# Silencing the beast



## larssmith (Dec 26, 2002)

So I've had my hughes dvr2 for about 5 years now and I had originally upgraded to a Western Digital WD1200JB. I'd been using the WD800JB in my Shuttle and I'd been impressed with how quiet it was, so I got the same model for my tivo. 

All was fine for about 3 years, but then I'd been noticing that the noise from the tivo was much louder than it originally was. The noise had a fairly high-pitched whine too it and was loud enough that if I had guests crashing on the couch, I'd have to unplug the tivo so that it wouldn't bother then all night long. This would really suck if I forgot the plug it in the next morning and I've missed a few shows this way  

Silly me, I figured it was the fan so I went and found what was supposedly a super-quiet panaflo fan to replace what I figured was the culprit. After swapping the fans I noticed (1) the original fan in there was the same as what I was replacing it with -- a nice panaflo -- and (2) due to some variance in manufacturing, the original fan was actually quieter than the new one  

But at least it became clear that the hard drive was the source. My best guess is that the constant operation had worn out the bearings somewhat. Makes me think that maybe the Seagate marketing stuff about how desktop drives aren't well suited for PVRs might not all be bull****. So to make a long story short, I replaced the Western Digital with a Seagate DB35.

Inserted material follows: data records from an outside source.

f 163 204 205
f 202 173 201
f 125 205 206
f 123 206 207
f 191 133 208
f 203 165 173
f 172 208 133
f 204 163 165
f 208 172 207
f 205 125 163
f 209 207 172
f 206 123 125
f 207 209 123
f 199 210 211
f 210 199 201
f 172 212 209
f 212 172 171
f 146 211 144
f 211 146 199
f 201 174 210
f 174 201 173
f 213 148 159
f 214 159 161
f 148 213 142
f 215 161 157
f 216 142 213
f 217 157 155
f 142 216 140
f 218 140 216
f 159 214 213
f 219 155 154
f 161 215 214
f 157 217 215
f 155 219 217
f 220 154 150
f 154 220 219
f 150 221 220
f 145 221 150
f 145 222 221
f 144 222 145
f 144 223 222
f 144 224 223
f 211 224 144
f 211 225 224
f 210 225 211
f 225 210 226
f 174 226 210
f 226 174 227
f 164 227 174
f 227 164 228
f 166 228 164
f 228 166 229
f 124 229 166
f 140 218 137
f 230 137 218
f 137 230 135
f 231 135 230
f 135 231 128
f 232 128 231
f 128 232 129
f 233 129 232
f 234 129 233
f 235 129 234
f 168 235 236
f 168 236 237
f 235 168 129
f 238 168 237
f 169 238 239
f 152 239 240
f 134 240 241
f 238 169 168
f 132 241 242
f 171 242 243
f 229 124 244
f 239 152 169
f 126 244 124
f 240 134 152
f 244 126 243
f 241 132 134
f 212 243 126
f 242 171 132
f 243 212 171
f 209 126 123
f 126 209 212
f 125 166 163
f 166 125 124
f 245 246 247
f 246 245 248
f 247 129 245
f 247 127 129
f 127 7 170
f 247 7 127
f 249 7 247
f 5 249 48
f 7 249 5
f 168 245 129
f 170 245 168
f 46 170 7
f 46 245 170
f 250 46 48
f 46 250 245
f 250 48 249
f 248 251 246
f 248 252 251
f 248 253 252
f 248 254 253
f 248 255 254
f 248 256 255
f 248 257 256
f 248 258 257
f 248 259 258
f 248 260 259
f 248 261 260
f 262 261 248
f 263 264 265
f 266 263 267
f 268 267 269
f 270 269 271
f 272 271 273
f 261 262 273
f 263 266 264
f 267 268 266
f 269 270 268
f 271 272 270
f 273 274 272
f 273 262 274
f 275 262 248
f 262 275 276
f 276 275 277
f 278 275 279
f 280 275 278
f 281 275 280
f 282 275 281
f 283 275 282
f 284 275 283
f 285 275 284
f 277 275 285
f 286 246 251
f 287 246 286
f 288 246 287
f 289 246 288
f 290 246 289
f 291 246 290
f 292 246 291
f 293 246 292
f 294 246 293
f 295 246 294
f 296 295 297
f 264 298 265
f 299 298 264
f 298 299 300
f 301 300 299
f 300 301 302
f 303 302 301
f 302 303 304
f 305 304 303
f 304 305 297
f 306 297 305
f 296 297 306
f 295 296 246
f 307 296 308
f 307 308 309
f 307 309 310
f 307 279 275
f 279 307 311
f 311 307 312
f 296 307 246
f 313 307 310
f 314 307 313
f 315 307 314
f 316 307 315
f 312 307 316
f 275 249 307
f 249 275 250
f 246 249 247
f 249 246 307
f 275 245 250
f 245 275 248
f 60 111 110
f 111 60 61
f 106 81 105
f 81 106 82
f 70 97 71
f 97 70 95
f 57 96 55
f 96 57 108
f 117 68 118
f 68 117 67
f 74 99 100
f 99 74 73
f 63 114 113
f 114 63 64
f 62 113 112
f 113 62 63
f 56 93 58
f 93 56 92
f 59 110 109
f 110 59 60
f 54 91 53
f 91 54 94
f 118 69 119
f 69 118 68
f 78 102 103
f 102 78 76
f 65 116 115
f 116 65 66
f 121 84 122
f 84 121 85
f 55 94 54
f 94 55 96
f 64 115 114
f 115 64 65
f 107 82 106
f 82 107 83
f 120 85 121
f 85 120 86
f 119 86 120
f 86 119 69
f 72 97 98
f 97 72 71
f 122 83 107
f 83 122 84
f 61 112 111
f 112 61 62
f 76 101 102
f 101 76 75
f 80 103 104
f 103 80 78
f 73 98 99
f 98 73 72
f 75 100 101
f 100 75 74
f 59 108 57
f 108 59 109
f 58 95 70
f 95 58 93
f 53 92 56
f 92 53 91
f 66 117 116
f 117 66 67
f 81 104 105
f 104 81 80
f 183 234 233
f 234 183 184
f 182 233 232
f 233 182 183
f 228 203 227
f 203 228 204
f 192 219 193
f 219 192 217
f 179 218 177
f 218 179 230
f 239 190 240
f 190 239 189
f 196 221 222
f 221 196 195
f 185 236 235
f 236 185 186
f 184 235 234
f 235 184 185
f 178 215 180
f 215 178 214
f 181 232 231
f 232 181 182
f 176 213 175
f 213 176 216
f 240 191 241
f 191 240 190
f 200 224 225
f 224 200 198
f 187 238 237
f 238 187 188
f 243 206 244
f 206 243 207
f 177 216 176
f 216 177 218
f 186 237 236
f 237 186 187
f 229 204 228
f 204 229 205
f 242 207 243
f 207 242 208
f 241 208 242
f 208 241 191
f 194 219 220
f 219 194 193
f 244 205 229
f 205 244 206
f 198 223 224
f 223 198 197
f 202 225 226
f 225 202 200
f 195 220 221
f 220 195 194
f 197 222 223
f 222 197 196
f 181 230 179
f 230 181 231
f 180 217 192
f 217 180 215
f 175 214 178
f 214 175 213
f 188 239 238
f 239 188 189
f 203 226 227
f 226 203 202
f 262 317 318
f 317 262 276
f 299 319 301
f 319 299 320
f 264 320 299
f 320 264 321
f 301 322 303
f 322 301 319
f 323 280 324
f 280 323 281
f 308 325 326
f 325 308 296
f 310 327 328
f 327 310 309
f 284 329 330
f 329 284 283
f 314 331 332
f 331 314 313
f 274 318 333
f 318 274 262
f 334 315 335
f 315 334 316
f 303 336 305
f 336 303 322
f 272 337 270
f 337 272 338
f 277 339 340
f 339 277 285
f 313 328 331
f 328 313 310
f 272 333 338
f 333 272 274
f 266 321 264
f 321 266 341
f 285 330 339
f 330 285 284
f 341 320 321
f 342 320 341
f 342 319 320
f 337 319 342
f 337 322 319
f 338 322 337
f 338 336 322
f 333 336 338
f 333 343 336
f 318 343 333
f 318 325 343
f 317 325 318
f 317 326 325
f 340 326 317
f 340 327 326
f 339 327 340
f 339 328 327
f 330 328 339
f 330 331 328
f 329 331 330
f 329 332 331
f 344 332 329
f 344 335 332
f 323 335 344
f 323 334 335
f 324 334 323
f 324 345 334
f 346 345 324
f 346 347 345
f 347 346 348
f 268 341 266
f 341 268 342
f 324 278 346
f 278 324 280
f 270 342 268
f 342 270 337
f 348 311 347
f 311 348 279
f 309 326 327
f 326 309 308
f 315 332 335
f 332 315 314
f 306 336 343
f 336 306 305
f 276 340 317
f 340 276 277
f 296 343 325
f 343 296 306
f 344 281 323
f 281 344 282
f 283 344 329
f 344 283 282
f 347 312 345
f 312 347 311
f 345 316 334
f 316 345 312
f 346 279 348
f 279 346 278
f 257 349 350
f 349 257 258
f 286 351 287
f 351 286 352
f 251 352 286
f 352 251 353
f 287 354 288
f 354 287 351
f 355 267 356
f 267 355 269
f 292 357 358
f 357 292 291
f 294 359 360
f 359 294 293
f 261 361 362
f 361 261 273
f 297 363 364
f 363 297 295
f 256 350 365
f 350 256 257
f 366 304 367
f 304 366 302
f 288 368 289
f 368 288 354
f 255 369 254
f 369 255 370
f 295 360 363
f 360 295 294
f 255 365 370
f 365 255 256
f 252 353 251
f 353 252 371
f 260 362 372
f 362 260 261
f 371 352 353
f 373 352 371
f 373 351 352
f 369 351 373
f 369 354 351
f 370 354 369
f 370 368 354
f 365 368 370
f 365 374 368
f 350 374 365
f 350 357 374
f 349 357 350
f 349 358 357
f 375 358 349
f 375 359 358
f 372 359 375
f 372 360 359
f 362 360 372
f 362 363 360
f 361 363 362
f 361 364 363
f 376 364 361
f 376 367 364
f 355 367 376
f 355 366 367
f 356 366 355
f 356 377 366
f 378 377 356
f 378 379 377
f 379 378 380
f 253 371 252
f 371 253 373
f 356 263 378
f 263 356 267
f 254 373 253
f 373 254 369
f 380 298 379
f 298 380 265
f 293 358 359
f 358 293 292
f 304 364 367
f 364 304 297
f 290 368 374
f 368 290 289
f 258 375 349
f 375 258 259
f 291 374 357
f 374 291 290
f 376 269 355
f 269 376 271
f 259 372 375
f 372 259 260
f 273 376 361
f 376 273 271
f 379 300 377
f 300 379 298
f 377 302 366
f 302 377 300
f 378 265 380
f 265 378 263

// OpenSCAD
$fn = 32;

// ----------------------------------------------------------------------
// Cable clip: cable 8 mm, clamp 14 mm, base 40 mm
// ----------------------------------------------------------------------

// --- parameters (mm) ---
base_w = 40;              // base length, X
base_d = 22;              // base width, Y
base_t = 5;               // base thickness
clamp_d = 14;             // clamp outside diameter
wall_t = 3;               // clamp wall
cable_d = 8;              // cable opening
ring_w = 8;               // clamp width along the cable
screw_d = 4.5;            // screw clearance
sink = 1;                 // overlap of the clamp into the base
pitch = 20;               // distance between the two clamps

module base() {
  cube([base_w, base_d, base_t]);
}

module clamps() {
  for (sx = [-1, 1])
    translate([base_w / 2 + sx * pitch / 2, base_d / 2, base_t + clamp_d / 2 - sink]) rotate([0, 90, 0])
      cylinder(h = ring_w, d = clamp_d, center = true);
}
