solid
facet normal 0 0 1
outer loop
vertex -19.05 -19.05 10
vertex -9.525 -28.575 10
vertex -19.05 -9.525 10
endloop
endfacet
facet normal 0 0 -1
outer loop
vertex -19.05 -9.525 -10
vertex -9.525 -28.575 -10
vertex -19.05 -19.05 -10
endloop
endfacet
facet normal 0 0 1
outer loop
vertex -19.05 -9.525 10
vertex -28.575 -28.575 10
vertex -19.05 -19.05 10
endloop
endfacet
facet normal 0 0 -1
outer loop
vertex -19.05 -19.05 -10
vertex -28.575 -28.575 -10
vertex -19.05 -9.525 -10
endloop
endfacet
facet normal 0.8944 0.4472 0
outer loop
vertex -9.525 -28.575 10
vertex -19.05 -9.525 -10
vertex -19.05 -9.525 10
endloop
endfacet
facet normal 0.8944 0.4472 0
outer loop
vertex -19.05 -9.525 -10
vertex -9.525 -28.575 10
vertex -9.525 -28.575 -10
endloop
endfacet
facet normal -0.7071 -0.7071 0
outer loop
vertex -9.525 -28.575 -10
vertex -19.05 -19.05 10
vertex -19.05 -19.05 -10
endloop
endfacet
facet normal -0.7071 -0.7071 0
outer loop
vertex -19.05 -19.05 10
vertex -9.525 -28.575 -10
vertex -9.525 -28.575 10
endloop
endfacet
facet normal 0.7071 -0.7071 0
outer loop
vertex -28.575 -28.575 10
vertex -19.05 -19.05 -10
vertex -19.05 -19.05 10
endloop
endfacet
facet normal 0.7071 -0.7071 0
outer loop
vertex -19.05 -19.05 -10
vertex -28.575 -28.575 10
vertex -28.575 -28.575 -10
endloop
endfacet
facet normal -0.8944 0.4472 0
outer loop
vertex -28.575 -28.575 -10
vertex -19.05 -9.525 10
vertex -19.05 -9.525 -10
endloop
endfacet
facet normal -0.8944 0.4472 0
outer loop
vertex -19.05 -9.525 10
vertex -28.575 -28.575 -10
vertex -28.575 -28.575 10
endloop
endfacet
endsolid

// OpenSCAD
polyhedron(
    points=[
    [-19.05, -9.525, 10],
    [-9.525, -28.575, 10],
    [-19.05, -19.05, 10],
    [-28.575, -28.575, 10],
    [-19.05, -9.525, -10],
    [-9.525, -28.575, -10],
    [-19.05, -19.05, -10],
    [-28.575, -28.575, -10],
    ],
    faces=[
        [0,1,2],
        [6,5,4],
        [2,3,0],
        [4,7,6],
        [0,4,5,1],
        [1,5,6,2],
        [2,6,7,3],
        [3,7,4,0],
    ]
);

While I was at it (and because I'm a little insane), I went ahead and replaced the fan screws with soft fan mounts (from Acousti Products). This was a little bit of a pain because I could get my fingers in to pull the little stub so that the flange went through the screw hole. I ended up having to take out the power supply so I could get the fan setup right.

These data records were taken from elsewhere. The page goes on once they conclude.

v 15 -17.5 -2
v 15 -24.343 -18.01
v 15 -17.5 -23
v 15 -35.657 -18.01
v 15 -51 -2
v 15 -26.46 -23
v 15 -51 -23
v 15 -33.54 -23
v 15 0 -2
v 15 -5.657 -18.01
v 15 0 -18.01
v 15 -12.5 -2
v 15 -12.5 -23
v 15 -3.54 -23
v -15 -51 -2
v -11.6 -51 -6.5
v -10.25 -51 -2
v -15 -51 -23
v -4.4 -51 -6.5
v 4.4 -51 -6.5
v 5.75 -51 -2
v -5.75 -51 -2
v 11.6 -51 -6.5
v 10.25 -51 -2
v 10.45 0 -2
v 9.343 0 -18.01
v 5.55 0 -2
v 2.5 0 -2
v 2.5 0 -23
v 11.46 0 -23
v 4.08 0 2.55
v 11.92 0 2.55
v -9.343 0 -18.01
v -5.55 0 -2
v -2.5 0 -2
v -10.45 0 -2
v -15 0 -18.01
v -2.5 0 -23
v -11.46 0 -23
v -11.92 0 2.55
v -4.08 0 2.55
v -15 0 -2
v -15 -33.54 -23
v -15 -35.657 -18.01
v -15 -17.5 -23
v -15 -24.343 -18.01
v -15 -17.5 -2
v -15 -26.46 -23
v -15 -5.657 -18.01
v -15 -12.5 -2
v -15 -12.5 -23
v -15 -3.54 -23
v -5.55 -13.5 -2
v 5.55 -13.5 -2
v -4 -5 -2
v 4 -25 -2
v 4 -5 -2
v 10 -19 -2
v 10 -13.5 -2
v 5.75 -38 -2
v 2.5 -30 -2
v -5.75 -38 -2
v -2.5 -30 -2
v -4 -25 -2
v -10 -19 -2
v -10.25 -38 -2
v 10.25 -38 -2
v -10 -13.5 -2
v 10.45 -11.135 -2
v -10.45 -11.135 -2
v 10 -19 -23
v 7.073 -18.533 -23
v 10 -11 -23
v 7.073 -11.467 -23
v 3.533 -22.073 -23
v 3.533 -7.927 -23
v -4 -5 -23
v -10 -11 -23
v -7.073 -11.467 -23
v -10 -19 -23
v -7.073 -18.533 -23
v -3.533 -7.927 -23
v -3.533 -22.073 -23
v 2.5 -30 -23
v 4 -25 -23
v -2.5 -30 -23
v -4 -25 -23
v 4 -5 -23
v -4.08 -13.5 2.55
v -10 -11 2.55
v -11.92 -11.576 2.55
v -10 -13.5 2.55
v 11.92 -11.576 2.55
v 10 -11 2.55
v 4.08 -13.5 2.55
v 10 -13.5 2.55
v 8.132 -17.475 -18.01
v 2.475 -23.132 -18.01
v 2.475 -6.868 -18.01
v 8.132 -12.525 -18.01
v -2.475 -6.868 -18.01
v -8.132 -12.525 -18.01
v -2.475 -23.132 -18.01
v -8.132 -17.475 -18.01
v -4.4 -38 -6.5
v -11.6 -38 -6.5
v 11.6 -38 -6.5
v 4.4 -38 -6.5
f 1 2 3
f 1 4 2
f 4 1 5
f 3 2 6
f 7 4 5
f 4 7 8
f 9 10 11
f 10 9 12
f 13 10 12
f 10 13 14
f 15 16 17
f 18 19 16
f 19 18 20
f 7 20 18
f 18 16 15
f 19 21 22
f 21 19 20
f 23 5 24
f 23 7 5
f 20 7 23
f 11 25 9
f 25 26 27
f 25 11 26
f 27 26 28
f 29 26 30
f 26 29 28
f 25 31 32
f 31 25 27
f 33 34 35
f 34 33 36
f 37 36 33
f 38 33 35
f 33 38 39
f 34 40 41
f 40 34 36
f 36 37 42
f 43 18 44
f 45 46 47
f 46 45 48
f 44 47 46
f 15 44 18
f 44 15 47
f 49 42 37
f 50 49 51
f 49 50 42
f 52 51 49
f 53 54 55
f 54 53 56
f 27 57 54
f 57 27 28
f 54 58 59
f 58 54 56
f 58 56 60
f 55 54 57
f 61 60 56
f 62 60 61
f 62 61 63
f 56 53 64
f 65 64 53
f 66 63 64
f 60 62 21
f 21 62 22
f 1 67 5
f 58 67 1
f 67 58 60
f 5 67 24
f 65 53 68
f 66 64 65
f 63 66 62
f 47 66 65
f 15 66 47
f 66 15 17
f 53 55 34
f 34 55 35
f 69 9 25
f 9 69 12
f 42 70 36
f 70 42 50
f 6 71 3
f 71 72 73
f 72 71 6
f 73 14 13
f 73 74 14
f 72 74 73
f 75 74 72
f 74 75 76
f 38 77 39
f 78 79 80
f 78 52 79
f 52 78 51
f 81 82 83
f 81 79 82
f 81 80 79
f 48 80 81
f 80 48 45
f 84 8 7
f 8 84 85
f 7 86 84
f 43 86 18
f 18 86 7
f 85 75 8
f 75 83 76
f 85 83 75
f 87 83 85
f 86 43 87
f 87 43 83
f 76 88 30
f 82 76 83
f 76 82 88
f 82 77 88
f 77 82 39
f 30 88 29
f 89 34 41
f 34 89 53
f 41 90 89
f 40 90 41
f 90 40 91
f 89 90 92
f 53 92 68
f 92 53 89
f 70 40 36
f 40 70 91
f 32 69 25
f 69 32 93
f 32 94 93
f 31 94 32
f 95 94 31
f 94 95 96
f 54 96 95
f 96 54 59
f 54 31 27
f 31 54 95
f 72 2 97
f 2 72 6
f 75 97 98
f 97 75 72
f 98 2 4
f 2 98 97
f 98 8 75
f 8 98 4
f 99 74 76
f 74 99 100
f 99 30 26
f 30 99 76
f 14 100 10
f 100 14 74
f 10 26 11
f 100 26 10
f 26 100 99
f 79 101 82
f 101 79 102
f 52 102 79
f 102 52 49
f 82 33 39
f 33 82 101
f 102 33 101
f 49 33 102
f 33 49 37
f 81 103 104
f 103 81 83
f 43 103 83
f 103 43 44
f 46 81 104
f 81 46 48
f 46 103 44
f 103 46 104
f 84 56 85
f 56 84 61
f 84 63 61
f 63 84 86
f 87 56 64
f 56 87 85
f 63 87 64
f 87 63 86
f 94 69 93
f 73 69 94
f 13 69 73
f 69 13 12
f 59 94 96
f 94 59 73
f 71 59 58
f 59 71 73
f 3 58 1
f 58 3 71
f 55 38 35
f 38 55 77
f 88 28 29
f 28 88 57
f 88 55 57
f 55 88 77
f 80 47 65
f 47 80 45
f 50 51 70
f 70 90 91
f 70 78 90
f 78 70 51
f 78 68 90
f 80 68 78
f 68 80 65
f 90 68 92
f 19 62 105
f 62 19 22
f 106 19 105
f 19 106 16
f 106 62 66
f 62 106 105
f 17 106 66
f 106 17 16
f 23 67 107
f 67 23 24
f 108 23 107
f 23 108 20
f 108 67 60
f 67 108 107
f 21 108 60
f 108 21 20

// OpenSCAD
// file: ../../include.scad
//////////////////      END SECTION       //////////////////

	module added_pins(){
		difference(){
			union(){
				translate([30/(15/4),obj_leg*leg_length,30/(15/4)]) pin();
				translate([30/(15/4)+14.5,obj_leg*leg_length,30/(15/4)+14]) pin();
			}
			union(){
							translate([30/(15/4)+13.5,obj_leg*leg_length-20,30/(15/4)+5])cube(size=[2,40,15]);
							translate([30/(15/4)+7.5,obj_leg*leg_length-20,30/(15/4)+15])rotate([0,90,0]) cube(size=[2,40,15]);	

							translate([30/(15/4)-1,obj_leg*leg_length-20,30/(15/4)-8])cube(size=[2,40,15]);
							translate([30/(15/4)-10,obj_leg*leg_length-20,30/(15/4)+1])rotate([0,90,0]) cube(size=[2,40,15]);
			}
		}
	}
	module taken_pins() {
		translate([30/(15/4)+14,obj_leg*leg_length-10,30/(15/4)]) mirror_pin();
		translate([30/(15/4),obj_leg*leg_length-10,30/(15/4)+15]) mirror_pin();
	}


//////////////////      OTHER STUFF       //////////////////

	module holes() {
		rotate([0,0,90]) for(y=[0:other_holes])
		translate([obj_leg+y*15,-15.5,7.5]) union() {
			translate([7.5,0,15]) hole_up();
			hole_down();
		}
	}
	module extend_holes() {
	module top(){
		rotate([0,0,90]) for(y=[0:other_holes+1])
		translate([(30/4)+y*15,-15.5,7.5]) union() {
			translate([7.5,0,15]) hole_up();
		}
	}
	module bottom(){
		rotate([0,0,90]) for(y=[0:other_holes+2])
		translate([(30/4)+y*15,-15.5,7.5]) union() {
			hole_down();
		
}
	}
	union(){
		top();
		bottom();
	}
	}

	module hole() {
		union() {
			rotate([90, 90, 0]) cylinder(h=40, d=hole_pin_diameter, center=true);
			translate([0,7.5,0]) sphere(d=hole_ball_size);
			translate([0,-6,0]) sphere(d=hole_ball_size);
		}
	}
	module hole_up() {
		union() {
			rotate([90, 90, 0]) cylinder(h=40, d=hole_pin_diameter, center=true);
			translate([0,7.5,10]) cylinder(h=hole_pin_height, d=hole_pin_diameter, center=true);
			translate([0,-6,10]) cylinder(h=hole_pin_height, d=hole_pin_diameter, center=true);
			translate([0,7.5,0]) sphere(d=hole_ball_size);
			translate([0,-6,0]) sphere(d=hole_ball_size);
		}
	}
	module hole_down() {
		union() {
			rotate([90, 90, 0]) cylinder(h=40, d=hole_pin_diameter, center=true);
			translate([0,7.5,-10]) cylinder(h=hole_pin_height, d=hole_pin_diameter, center=true);
			translate([0,-6,-10]) cylinder(h=hole_pin_height, d=hole_pin_diameter, center=true);
			translate([0,7.5,0]) sphere(d=hole_ball_size);
			translate([0,-6,0]) sphere(d=hole_ball_size);
		}
	}
	module pin() {
		union() {
			rotate([90, 90, 0]) cylinder(h=pin_height, d=pin_diameter, center=true);
			translate([0,7.5,0]) sphere(d=ball_size);
		}
	}

	module mirror_pin() {
		rotate([90, 90, 0]) cylinder(h=hole_pin_height+small_number, d=hole_pin_diameter, center=true);
		translate([0,-(pin_height-(ball_size/2)),0]) sphere(d=ball_size);
	}


//////////////////      SOME RACK AND Z THINGS       //////////////////

module z_holes() {
    rotate([0,-90,0]) for(z=[0:z_hole_number])
    translate([22.5+z*15,16,-12])
        hole();
}

module pin_cuts() {
	union(){
		cube(size=[2,10,40], center=true);
		rotate([0,0,90]) cube(size=[2,10,40], center=true);
	}
}
module pin_uncut() {
	union(){
		rotate([0, 0, 90]) cylinder(h=hole_pin_height, d=hole_pin_diameter, center=true);
		translate([0,0,10]) sphere(d=ball_hole);
	}
}


module pin_out() {
	union(){
		rotate([0, 0, 90]) cylinder(h=pin_height, d=pin_diameter, center=true);
		translate([0,0,10]) sphere(d= ball_size);
	}
}


module pins_z(){
	difference() {
		pin_out();
		pin_cuts();
	}
}
//////////////////      RACK AND SLIDE     ///////////////////

module straight_pins() {
	for(z=[0:((((obj_leg*leg_length)*2)-(obj_leg*2))/3)/14.5]) rotate([-90,0,0]) translate([z*15,30/(15/4),14]) pins_z();
	for(z=[0:((((obj_leg*leg_length)*2)-(obj_leg*2))/3)/14.5]) rotate([-90,0,0]) translate([z*15,30/(15/4)-14,14]) pins_z();
}
module stagger_pins() {
	for(z=[0:((((obj_leg*leg_length)*2)-(obj_leg*2))/3)/14.5]) rotate([-90,0,0]) translate([z*15,30/(15/4),14]) pins_z();
	for(z=[0:((((obj_leg*leg_length)*2)-(obj_leg*2))/3)/14.5]) rotate([-90,0,0]) translate([z*15+7,30/(15/4)-14,14]) pins_z();
}


//////////////////      DOVE TAIL       //////////////////

module male_dovetail(height) {
	dovetail_3d(max_width,min_width,depth,height);
}

module dovetail_3d(max_width=11, min_width=5, depth=5, height=30) {
	linear_extrude(height=height, convexity=2)
		dovetail_2d(max_width,min_width,depth);
}

module dovetail_2d(max_width=11, min_width=5, depth=5) {
	angle=atan((max_width/2-min_width/2)/depth);
	echo("angle: ", angle);
	polygon(paths=[[0,1,2,3,0]], points=[[-min_width/2,0], [-max_width/2,depth], [max_width/2, depth], [min_width/2,0]]);
}

//bow tie
	module tie_end(height){
				rotate([0,0,0]) translate([0,-0.01,((obj_leg/2)/2)]) male_dovetail(height);
				rotate([0,90,0]) translate([0,-0.01,((obj_leg/2)/2)]) male_dovetail(height);
				rotate([0,180,0]) translate([0,-0.01,((obj_leg/2)/2)]) male_dovetail(height);
				rotate([0,-90,0]) translate([0,-0.01,((obj_leg/2)/2)]) male_dovetail(height);
	}

module bow_support(){
	difference(){
		intersection(){
			translate([-15,0,-15]) cube([30,9,30]);
			scale([1.05,1.05,1.05]) rotate([0,45,0]) tie_end();
		}
		cube([29.2,29.2,29.2], center=true);
	}
}

	module wrap(units){
	for (y = [-1:units-2]) // two iterations, z = -1, z = 1
	{
			translate([15, (y*30)+15, 15]){
			for (r = [0:4]) // two iterations, z = -1, z = 1
			{
				rotate([0,r*90,0]) translate([0,15,15]) rotate([-90,0,0])male_dovetail(height=30);
			}
		}
	}
	}
// file: ../../globals.scad
/*
Most things in this file is represented as one millimeter, so keep that in mind while changing things.
Some of the setting are not mm but at variables that you can set, such as 2*x=2x and you are setting what x is.
I will try to specify when things are variables and not exact measurements.
*/

//Virindi settings
dovetail_male_width_scale = 0.98;
dovetail_male_height_scale = 0.91;

obj_leg = 30;
leg_length = 5.5;
small_number = 0.001;
metal_core_rode_global = 5;


///////////////// number of holes /////////////////////
z_hole_number = 8;
other_holes = 8;

///////////////// Pins /////////////////////

//pins that poke out
ball_size = 10;
pin_height = 20;
pin_diameter = 6;


//holes
hole_ball_size = ball_size;
hole_pin_height = pin_height;
hole_pin_diameter = pin_diameter;

///////////////// Z THINGS /////////////////////

berring_slot_width = 7.5;
berring_slot_depth = 6.5;
metal_core_rode = 5;

///////////////// X THINGS /////////////////////

//male dove tails
max_width=8;
min_width=5;
depth=5;
height=obj_leg/2;

//female dove tails, this is found on the y mounts
girl_max_width=11;
girl_min_width=5;
girl_depth=5;
girl_height=obj_leg;


///////////////// Y THINGS /////////////////////
/*
The Y is so normal that all of those global variables at the top should change all of the setting in it, this section is set her incase there are variables set in the future development of this project.
*/
// main file
include <../../globals.scad>;
include <../../include.scad>;

tail_depth = 55;
tail_depth_2 = -10;
thickness = 21;
module y_mount_added(){
	translate([0,-15+6-3.5,51/2]) cube([30,thickness,51], center=true);
    
    translate([-8,-12.5+thickness/2,-55+tail_depth]) scale([dovetail_male_width_scale, dovetail_male_height_scale, 0.9]) male_dovetail(height=15);
	translate([8,-12.5+thickness/2,-55+tail_depth]) scale([dovetail_male_width_scale, dovetail_male_height_scale, 0.9]) male_dovetail(height=15);
    

}

module y_mount_taken(){
	translate([0,-thickness/2-12.5,15]) rotate([0,45,0]) tie_end();
    
	rotate([180,0,0]) translate([-8,12.5-thickness/2,-55+tail_depth_2]) scale([.9,.9,.9]) male_dovetail(height=30);
	rotate([180,0,0]) translate([8,12.5-thickness/2,-55+tail_depth_2]) scale([.9,.9,.9]) male_dovetail(height=30);
translate([-15,-45,0]) wrap(3);
}
/*
rotate([90,0,0]) difference(){
	translate([0,-thickness/2-12.5,15]) bow_support();
	translate([0,-thickness/2-12.5,25]) cube([50,10,20], center=true);
	translate([0,-thickness/2-12.5,0]) cube([31,10,20], center=true);
}
*/

module x_spacer()
{
rotate([90,0,0]) difference(){
	y_mount_added();
	y_mount_taken();
}
}

x_spacer();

Then I went to put it all back together and realized that part of the noise I had been attributed to the hard drive was actually the vibration from the hard drive causing resonance tivo case. Even with the DB35, I could still hear some slight humming from the vibration. With a little hunting (and props to the guys at silentpcreview), I found that a good technique for handling this was to isolate the hard drive from the case; the two common techniques being suspending the drive in slings or setting it on soft foam. Seeing that I couldn't really figure any way to set up a suspension system (I _don't_ have a machine shop to make custom mounting pieces) I went with foam.

So I bought some Sorbothane, an ultra-soft polyurethane, from McMaster-Carr (a 4" x 4" x 1/4" piece, 40 OO softness, part 8514K53). I cut 5 strips about 1/3" wide, stacked them 2 high on the end with the IDE connector and 3 high on the opposite end (which has a 1/4" cut-out at the end necessitating the higher stack). I took out the hard drive rail and set the drive directly on the mount where the rail used to attach.

So far, much much better. I can still tell that the tivo is on in a silent room, but the noise is much better. I'm thinking that maybe I should try other positioning for the sorbothane or thicker stacks.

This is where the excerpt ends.